The extended family’s collective dirt-floor welding shop was less than 50 yards from the bedroom I slept in, as was our one-acre vegetable garden that always needed weeding or hoeing or picking and could produce more than a bushel of tomatoes or peas or cucumbers on a summer day. Keep in mind that all the aunts and uncles and cousins that lived in the mobile homes and houses around us had their own gardens. That was just the one my mother and I worked for our canning and freezing.
Anyway, anytime I tell my son anything about growing up, it always sounds like “I walked to school ten miles in the snow, uphill both ways.”
But at his age, I was carrying a five-gallon bucket full of water to the trough in the chicken coop every morning before school. And I regularly did things like hoe a garden for hours at a time or scale and clean 75 or 80 bream (fish).
As an employer of young people, I can tell you that America would be a much better place if more kids knew what it was like to haul a five-gallon bucket of fish guts and heads to a place out in the soybean field where they could rot far enough away from the house for the smell to be bearable.
I can’t relate to these people who are complaining online about having to entertain their bored quarantined kids.
You’re the one that raised them with the expectation to be entertained by something constantly.
If you didn’t teach them to value their free time by giving them daily household chores, on behalf of every employer in America, I ask you this: Why are you raising your kids to be people that even you don’t enjoy living with? Why are you raising the horrible roommates and spouses of the future?
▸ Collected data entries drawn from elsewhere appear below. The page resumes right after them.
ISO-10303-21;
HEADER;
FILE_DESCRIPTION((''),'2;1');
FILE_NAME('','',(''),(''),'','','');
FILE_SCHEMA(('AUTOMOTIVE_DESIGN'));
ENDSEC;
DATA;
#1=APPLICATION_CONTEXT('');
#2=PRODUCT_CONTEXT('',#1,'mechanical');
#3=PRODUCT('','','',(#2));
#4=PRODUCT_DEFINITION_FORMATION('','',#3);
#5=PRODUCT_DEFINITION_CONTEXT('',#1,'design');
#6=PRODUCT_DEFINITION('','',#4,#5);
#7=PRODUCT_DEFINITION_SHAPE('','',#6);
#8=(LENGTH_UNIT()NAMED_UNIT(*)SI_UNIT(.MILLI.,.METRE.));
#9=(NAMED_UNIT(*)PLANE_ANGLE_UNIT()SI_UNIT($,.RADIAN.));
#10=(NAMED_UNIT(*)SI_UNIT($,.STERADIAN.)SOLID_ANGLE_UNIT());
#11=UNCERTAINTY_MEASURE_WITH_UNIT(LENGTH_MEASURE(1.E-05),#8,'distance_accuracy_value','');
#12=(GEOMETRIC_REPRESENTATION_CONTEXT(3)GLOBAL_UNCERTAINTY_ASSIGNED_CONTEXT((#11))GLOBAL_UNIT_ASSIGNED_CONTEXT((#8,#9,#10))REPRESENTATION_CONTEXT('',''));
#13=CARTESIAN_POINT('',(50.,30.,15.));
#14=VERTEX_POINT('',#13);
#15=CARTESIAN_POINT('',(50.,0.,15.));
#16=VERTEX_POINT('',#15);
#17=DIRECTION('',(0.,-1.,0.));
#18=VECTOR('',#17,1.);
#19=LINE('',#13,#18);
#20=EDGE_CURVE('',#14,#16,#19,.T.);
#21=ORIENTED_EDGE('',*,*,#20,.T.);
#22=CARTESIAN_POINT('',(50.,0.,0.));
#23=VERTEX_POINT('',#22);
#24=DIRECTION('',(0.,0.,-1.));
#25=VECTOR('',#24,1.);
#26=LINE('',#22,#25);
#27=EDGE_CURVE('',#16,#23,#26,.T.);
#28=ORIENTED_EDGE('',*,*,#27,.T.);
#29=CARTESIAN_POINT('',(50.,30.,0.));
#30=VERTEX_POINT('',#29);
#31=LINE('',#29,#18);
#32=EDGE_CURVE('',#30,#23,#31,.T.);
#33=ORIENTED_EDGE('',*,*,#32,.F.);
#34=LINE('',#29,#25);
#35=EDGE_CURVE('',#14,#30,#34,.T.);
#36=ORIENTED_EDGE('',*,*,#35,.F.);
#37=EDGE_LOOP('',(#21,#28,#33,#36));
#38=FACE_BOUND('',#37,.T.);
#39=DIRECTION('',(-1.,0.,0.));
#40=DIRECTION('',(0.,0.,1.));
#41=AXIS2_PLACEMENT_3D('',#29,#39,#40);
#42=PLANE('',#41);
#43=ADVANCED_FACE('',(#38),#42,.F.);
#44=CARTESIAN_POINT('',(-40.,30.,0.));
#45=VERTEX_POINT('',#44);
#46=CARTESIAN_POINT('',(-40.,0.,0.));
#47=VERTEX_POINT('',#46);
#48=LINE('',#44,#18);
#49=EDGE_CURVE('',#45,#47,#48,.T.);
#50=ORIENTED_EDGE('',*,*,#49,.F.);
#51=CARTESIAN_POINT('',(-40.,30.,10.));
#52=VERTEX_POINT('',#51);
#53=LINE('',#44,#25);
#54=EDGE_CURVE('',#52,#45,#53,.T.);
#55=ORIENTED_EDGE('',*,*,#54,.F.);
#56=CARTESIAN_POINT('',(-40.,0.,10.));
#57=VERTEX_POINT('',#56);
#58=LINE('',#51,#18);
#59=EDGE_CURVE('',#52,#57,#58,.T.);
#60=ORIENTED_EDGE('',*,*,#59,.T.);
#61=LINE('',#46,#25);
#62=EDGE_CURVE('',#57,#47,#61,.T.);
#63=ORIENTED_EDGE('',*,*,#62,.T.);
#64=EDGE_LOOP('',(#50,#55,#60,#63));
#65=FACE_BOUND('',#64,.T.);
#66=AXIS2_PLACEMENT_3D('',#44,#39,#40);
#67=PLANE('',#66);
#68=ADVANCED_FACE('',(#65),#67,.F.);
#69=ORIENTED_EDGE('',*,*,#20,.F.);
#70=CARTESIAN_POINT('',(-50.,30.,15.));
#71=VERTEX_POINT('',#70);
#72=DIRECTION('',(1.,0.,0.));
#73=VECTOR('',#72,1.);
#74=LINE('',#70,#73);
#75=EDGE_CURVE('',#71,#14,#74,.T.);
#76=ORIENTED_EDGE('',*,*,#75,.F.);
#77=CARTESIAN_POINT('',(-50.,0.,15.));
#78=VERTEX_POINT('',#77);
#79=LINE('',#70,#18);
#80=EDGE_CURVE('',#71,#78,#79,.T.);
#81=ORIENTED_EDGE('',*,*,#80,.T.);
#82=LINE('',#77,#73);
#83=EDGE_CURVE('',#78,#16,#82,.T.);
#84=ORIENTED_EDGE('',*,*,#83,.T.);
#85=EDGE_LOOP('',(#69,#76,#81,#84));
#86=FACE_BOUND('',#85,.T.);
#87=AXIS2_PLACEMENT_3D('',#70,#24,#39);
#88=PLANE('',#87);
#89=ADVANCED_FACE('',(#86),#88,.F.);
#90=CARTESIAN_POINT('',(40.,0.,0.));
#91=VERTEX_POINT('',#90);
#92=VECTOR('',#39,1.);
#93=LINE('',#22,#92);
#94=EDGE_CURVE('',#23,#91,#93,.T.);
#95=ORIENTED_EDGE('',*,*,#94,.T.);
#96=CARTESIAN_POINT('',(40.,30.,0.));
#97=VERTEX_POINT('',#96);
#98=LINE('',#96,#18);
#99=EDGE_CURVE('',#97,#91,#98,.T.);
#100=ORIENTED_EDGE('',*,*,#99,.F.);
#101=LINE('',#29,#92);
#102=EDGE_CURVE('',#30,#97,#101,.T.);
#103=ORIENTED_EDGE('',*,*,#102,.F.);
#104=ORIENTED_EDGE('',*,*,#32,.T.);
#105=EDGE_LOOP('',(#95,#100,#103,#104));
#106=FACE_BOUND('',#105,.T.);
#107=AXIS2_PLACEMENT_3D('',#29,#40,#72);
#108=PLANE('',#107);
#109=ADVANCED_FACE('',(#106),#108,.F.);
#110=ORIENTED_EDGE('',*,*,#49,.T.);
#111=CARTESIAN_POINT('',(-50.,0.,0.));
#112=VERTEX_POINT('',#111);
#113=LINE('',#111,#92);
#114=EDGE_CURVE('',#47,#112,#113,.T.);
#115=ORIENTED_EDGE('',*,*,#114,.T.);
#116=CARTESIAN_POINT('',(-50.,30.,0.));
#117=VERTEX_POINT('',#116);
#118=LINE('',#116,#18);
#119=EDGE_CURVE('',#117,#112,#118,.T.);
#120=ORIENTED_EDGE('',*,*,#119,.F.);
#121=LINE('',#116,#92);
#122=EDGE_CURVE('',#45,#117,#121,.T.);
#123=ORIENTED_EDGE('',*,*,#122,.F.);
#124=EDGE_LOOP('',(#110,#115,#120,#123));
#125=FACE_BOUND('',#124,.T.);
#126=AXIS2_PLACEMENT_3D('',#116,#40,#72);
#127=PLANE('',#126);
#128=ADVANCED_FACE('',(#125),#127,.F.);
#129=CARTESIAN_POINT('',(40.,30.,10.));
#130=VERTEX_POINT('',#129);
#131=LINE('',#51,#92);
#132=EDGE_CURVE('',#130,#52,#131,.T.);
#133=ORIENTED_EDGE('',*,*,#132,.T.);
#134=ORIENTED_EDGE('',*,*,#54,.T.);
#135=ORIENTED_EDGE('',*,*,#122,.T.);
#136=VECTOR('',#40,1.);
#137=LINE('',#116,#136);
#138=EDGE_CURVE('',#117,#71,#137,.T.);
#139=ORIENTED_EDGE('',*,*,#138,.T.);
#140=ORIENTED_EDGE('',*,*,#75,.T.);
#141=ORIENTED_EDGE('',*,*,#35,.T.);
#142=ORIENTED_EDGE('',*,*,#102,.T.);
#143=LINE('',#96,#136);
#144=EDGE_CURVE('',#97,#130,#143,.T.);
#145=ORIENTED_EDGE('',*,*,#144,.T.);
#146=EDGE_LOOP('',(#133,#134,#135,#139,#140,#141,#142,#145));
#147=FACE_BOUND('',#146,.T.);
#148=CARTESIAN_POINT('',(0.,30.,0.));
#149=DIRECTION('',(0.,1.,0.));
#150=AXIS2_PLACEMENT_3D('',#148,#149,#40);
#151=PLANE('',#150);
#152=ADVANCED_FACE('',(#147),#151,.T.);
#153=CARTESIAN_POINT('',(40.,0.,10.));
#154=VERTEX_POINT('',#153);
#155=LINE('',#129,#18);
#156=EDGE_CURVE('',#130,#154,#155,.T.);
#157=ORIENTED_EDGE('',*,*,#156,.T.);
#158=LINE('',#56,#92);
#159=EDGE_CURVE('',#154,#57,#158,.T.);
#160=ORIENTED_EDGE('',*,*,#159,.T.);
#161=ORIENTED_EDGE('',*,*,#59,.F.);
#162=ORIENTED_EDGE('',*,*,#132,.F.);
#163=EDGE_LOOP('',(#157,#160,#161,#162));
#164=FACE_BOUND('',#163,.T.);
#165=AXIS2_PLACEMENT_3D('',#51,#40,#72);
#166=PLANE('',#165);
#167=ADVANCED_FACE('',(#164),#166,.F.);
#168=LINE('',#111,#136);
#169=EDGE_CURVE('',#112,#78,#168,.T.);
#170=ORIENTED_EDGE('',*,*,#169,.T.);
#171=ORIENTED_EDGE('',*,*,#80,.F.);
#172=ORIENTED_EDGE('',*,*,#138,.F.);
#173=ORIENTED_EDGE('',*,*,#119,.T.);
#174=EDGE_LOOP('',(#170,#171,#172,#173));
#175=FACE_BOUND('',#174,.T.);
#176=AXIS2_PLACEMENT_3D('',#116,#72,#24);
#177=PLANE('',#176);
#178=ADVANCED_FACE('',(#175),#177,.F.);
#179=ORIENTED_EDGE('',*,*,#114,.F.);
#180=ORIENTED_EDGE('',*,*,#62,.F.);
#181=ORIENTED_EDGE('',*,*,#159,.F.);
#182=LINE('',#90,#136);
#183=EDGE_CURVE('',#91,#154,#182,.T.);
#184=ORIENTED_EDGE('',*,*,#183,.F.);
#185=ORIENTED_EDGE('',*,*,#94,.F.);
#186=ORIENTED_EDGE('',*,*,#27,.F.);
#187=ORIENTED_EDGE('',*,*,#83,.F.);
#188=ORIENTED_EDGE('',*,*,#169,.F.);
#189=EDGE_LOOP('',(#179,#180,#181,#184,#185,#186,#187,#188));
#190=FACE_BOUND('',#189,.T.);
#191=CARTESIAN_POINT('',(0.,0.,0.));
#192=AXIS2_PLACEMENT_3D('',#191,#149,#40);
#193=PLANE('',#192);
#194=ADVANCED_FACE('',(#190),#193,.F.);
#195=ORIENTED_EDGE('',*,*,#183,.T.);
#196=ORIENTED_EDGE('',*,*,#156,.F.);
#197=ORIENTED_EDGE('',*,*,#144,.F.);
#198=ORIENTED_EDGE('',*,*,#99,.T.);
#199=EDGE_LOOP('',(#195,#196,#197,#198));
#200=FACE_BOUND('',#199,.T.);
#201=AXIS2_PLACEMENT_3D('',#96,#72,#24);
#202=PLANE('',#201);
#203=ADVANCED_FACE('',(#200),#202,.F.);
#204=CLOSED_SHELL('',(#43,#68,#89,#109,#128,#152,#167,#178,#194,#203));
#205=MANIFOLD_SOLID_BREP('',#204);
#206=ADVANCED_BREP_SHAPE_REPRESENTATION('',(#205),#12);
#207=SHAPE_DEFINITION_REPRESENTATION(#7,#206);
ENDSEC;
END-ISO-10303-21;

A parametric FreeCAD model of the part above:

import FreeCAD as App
import Part
import Sketcher
from FreeCAD import Vector


def add_polygon(sketch, points):
    """Adds a closed chain of lines whose ends are joined by coincident constraints."""
    first, n = sketch.GeometryCount, len(points)
    for a, b in zip(points, points[1:] + points[:1]):
        sketch.addGeometry(Part.LineSegment(App.Vector(*a, 0), App.Vector(*b, 0)), False)
    for i in range(n):
        sketch.addConstraint(Sketcher.Constraint("Coincident", first + i, 2, first + (i + 1) % n, 1))

doc = App.newDocument("Part")
body = doc.addObject("PartDesign::Body", "Body")

sketch1 = body.newObject("Sketcher::SketchObject", "Sketch")
sketch1.AttachmentSupport = (doc.getObject("XZ_Plane"), [""])
sketch1.MapMode = "FlatFace"
add_polygon(sketch1, [(-40, 0), (-50, 0), (-50, 15), (50, 15), (50, 0), (40, 0), (40, 10), (-40, 10)])
sketch1.addConstraint(Sketcher.Constraint("Horizontal", 0))
sketch1.addConstraint(Sketcher.Constraint("Vertical", 1))
sketch1.addConstraint(Sketcher.Constraint("Horizontal", 2))
sketch1.addConstraint(Sketcher.Constraint("Vertical", 3))
sketch1.addConstraint(Sketcher.Constraint("Horizontal", 4))
sketch1.addConstraint(Sketcher.Constraint("Vertical", 5))
sketch1.addConstraint(Sketcher.Constraint("Horizontal", 6))
sketch1.addConstraint(Sketcher.Constraint("Vertical", 7))
sketch1.addConstraint(Sketcher.Constraint("Symmetric", 0, 2, 3, 2, -1, 1))
sketch1.addConstraint(Sketcher.Constraint("Symmetric", 4, 2, 7, 2, -2))
sketch1.addConstraint(Sketcher.Constraint("Equal", 4, 5))
sketch1.addConstraint(Sketcher.Constraint("DistanceX", 0, 2, 0, 1, 10.0))
sketch1.addConstraint(Sketcher.Constraint("DistanceX", 2, 1, 2, 2, 100.0))
sketch1.addConstraint(Sketcher.Constraint("DistanceY", 1, 1, 1, 2, 15.0))
pad1 = body.newObject("PartDesign::Pad", "Pad")
pad1.Profile = sketch1
pad1.Length = 30
pad1.Reversed = True

doc.recompute()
Like most all kids before modern parenting, I was pretty good at entertaining myself, and I wouldn’t have never dreamed of complaining to an adult that I was bored because they would have instantly put me to work on a chore. My cousins and I hid from adults and kept as low a profile as possible,
My father in particular was someone I took care to avoid. As I said, he would put me to work whenever I wasn’t reading, but the only non-library books in our house were the scriptures, a couple of Richard Scary children’s books, and a set of the Encyclopedia Britannica.
I remember lying to my father with no shame, saying unbelievable shit like, “Teacher says we got to read all of these, but I’m only on the Lysistrata-Mitochondria one, and I got 13 more to go.”
I was afraid if he knew I was only reading stuff selectively out of interest, he would have put me to work, and he certainly would have if he knew that part of the time was spent watching Gilligan’s Island reruns and enjoying the simple pleasures of not operating a belt sander or some other power tool that made a lot of noise and dust.